I have an economics question but it more so interested me mathematically; related to Arrow-Pratt theorem - risk aversion; hence I wanted to ask the following.
Given $p \in \mathbb{R^s}_{++}$ $\pi_s \geq 0$, $\sum_{s=1}^{S}\pi_s = 1$, $x \in B(p,w) := \{ y \in \mathbb{R}^S_+ \; | \; p.y = w \}$, for $t = 1,2$, $u: \mathbb{R} \rightarrow \mathbb{R} $ differentiable once, $u_t'(.) > 0$ where $u_1(.) = T(u_0(.))$ for $T(.)$ strictly concave (if not working, can be assumed to be strictly increasing).
Let $x^t$ be the maximizers of the following:
$$ max_{x \in B(p,w)} \sum_{s=1}^S \pi_su_t(x_s)$$
For $S=2, $If $x^0 = (x_1^0, x_2^0)$ is such that $x_1^0 < x_2^0$,
Please help me prove that $x_1^1 \geq x_1^0$. The intuition is that strictly concave transformations moves optimizers to more balanced bundles.
The original question:
- An economy has one physical good and two states of the world. Each consumer has consumption set $X=\mathbb{R}_{+}^2$ and endowment $\omega=\left(\omega_1, \omega_2\right) \gg 0$, where $\omega_s$ is the consumer's endowment of the good in state $s$ for $s=1,2$. The price of the good is in state $s$ is $p_s>0$. Each consumer's budget constraint is $p_1 c_1+p_2 c_2 \leq p_1 \omega_1+p_2 \omega_2=w$. There are two possible consumers, $t=0,1$. Both consumers have subjective-expected-utility preferences with belief $\pi=\left(\pi_1, \pi_2\right) \gg 0$ about the states, and they have the same endowment. They only differ in their von Neumann - Morgenstern (vN-M) utilities. Consumer $t$ 's vNM utility is $u_t$, a continuously differentiable function with $u_t^{\prime}>0$. (Neither is necessarily concave.) In addition, for every $z \geq 0, u_1(z)=T(u(z))$, where $u=u_0$ and $T: \mathbb{R} \rightarrow \mathbb{R}$ is a strictly concave function. In words, consumer 1 is strictly more risk averse than consumer 0 . Let $c^t$ solve consumer $t$ 's problem, and, if necessary, relabel the states so that $c_1^0 \leq c_2^0$. Prove that $c_1^1 \geq c_1^0$ in two steps.
(a) First suppose that $c_1^0=c_2^0$; prove that $c_1^1 \geq c_1^0$.

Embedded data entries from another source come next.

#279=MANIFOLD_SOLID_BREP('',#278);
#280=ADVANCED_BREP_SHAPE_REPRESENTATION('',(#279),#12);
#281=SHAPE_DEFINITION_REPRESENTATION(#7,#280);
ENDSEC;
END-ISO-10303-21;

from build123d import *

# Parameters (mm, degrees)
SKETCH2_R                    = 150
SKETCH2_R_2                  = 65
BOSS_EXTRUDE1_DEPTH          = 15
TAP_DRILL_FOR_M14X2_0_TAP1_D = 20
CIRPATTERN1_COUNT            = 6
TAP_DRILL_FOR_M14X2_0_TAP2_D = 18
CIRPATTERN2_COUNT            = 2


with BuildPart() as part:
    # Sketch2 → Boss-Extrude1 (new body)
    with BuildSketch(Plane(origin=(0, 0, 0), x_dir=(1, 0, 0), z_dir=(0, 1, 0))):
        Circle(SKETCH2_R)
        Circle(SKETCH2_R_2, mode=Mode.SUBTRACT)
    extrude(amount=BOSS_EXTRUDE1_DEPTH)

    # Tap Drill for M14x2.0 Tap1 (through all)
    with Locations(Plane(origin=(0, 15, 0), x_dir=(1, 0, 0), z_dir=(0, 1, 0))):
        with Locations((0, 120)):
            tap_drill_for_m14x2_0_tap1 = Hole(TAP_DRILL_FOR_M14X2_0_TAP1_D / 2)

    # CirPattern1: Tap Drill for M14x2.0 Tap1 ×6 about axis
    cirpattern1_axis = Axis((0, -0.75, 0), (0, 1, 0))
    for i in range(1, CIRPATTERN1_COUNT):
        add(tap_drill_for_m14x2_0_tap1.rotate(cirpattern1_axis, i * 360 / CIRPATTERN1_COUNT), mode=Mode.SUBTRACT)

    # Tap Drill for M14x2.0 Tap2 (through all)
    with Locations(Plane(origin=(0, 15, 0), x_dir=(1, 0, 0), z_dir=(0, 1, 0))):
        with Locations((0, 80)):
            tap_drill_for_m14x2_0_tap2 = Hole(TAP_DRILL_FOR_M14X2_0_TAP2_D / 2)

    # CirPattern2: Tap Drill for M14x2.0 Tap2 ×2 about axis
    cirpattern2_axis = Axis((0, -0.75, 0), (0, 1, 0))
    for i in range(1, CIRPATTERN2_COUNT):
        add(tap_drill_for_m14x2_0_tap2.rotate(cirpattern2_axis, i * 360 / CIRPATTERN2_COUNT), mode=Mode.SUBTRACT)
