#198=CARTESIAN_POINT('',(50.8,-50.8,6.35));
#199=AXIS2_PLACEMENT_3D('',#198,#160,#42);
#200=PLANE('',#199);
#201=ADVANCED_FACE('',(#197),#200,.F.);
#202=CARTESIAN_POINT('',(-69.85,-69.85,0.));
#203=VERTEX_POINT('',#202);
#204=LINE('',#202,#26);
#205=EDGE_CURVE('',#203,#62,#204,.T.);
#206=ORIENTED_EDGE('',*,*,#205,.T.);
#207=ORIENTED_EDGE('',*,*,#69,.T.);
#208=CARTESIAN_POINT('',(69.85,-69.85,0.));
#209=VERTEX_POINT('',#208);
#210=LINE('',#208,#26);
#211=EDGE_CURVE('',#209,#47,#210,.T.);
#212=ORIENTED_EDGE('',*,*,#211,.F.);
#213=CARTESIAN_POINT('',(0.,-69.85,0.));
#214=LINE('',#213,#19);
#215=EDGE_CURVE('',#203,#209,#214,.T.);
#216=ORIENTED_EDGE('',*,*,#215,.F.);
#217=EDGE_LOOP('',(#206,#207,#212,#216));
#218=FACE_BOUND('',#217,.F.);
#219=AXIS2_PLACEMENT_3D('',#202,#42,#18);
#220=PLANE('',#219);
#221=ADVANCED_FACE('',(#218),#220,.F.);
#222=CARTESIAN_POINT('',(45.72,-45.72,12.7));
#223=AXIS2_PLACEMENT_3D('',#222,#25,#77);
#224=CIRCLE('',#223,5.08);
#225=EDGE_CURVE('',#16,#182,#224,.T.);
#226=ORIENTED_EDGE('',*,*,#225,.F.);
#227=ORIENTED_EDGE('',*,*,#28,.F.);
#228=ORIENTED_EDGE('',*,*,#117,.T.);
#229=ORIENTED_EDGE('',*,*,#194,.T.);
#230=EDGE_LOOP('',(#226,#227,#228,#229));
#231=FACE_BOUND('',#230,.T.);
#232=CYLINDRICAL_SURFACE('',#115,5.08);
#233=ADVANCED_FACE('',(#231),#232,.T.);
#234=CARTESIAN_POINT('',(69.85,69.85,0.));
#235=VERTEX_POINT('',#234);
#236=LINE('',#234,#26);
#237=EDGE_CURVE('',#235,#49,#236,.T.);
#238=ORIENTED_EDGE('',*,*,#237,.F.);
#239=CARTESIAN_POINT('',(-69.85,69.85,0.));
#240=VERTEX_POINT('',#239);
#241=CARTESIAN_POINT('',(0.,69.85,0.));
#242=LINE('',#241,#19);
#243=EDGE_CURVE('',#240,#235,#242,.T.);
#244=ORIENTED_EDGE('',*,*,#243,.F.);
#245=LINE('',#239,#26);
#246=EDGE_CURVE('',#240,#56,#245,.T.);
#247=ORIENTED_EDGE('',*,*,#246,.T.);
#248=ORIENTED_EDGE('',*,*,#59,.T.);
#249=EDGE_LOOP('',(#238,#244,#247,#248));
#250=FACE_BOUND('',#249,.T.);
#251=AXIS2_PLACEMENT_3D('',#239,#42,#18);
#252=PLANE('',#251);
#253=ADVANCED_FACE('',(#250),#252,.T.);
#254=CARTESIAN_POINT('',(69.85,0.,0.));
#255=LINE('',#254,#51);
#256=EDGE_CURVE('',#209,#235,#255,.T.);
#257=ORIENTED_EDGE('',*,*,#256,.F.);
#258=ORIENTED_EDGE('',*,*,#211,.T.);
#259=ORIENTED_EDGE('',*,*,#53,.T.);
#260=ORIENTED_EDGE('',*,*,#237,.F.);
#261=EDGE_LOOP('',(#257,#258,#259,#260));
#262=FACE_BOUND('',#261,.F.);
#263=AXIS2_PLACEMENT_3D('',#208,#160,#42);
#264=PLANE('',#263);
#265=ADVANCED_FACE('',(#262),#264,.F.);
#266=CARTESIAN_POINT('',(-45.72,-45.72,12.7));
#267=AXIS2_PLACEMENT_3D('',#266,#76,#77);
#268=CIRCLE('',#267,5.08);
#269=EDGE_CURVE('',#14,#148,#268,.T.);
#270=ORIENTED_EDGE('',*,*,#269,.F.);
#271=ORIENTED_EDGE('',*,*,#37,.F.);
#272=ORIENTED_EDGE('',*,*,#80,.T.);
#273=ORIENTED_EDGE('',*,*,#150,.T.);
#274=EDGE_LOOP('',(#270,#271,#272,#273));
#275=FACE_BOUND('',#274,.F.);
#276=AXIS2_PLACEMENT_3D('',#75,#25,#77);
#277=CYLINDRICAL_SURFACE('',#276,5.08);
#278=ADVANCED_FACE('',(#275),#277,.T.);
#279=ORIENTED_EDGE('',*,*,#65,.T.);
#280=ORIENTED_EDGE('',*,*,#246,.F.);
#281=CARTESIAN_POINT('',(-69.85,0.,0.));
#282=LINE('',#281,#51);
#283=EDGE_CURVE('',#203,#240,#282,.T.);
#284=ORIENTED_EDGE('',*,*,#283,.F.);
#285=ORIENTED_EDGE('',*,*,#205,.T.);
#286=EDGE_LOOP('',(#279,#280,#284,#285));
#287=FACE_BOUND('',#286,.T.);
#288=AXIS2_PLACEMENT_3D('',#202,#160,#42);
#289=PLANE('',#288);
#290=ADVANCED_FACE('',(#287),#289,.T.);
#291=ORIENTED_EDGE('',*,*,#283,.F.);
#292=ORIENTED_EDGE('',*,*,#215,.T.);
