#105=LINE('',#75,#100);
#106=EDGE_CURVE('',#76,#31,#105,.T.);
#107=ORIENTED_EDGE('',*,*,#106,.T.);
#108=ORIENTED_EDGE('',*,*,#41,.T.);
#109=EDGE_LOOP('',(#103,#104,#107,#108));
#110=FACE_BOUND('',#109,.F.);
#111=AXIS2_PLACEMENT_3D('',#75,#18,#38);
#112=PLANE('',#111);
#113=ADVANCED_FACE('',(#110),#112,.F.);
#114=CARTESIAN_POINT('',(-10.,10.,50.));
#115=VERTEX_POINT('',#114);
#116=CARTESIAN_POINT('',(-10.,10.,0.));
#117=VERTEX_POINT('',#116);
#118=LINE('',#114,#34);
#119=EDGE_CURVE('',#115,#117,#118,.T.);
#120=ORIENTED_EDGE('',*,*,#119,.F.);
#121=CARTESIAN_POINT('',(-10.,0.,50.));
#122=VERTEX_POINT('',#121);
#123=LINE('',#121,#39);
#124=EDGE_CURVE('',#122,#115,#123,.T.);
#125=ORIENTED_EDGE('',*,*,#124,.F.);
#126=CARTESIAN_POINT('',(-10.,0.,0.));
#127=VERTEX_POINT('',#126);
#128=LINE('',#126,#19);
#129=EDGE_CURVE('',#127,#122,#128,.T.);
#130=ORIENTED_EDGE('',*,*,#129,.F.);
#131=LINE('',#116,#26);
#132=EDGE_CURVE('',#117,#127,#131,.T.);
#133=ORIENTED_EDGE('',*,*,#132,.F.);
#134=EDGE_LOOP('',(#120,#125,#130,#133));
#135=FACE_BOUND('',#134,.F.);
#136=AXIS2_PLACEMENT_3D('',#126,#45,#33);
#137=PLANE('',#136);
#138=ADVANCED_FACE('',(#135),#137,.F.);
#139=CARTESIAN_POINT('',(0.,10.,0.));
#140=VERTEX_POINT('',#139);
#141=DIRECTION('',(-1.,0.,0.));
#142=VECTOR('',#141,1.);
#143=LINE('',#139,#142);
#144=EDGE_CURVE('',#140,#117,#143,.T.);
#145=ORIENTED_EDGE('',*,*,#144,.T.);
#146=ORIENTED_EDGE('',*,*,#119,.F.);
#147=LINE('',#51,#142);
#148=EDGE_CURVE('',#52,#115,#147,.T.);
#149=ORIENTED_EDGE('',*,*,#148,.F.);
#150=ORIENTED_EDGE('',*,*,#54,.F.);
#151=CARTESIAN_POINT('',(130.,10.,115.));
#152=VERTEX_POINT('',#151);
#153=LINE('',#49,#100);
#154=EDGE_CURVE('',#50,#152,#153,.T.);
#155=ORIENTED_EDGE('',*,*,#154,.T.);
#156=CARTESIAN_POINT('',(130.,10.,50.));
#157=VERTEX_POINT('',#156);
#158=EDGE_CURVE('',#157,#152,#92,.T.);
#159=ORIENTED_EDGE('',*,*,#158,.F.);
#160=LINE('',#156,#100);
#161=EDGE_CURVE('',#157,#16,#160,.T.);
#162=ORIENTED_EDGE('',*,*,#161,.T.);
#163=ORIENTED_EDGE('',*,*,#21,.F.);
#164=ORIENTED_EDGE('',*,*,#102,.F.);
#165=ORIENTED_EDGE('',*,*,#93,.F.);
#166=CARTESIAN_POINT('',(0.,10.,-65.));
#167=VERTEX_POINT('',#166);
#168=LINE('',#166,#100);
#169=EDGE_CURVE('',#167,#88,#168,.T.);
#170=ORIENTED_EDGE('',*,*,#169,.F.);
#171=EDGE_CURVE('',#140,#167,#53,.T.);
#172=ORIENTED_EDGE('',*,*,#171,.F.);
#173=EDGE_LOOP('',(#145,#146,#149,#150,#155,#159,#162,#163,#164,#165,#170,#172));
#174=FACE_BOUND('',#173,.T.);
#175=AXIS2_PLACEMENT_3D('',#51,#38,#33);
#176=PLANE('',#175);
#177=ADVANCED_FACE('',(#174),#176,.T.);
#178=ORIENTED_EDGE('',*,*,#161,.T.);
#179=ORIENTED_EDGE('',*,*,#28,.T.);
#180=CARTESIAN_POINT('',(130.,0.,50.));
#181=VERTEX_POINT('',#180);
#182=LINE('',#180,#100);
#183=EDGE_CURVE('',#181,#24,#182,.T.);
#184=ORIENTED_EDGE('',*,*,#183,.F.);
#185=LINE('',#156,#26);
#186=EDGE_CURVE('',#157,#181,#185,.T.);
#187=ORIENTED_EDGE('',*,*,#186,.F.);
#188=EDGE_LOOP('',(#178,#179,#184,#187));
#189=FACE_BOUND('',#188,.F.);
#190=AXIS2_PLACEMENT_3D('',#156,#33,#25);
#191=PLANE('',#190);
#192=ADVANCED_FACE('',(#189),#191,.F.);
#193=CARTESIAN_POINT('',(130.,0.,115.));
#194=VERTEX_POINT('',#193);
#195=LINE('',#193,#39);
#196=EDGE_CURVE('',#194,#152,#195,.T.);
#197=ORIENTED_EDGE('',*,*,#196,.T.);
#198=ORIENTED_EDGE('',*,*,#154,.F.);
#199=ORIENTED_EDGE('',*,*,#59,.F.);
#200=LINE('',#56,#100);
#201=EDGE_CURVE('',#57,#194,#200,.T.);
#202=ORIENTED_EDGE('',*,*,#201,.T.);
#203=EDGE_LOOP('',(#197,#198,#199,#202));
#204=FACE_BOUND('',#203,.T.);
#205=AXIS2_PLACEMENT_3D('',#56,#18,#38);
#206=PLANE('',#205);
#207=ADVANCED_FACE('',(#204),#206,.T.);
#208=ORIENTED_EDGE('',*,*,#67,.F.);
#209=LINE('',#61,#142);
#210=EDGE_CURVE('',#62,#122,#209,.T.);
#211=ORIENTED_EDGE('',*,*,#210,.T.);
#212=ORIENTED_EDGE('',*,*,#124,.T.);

(b) Next suppose that $c_1^0<c_2^0$; prove that $c_1^1 \geq c_1^0$. (Hint: consider, as an preliminary step, what consumer $t=1$ would chose if it were constrained to choose $c_1 \leq c_1^0$.) You might find this notation useful: $$ \bar{c}=\frac{w}{p_1+p_2} $$ it is the just-affordable consumption in each state when consumption in each state is equal.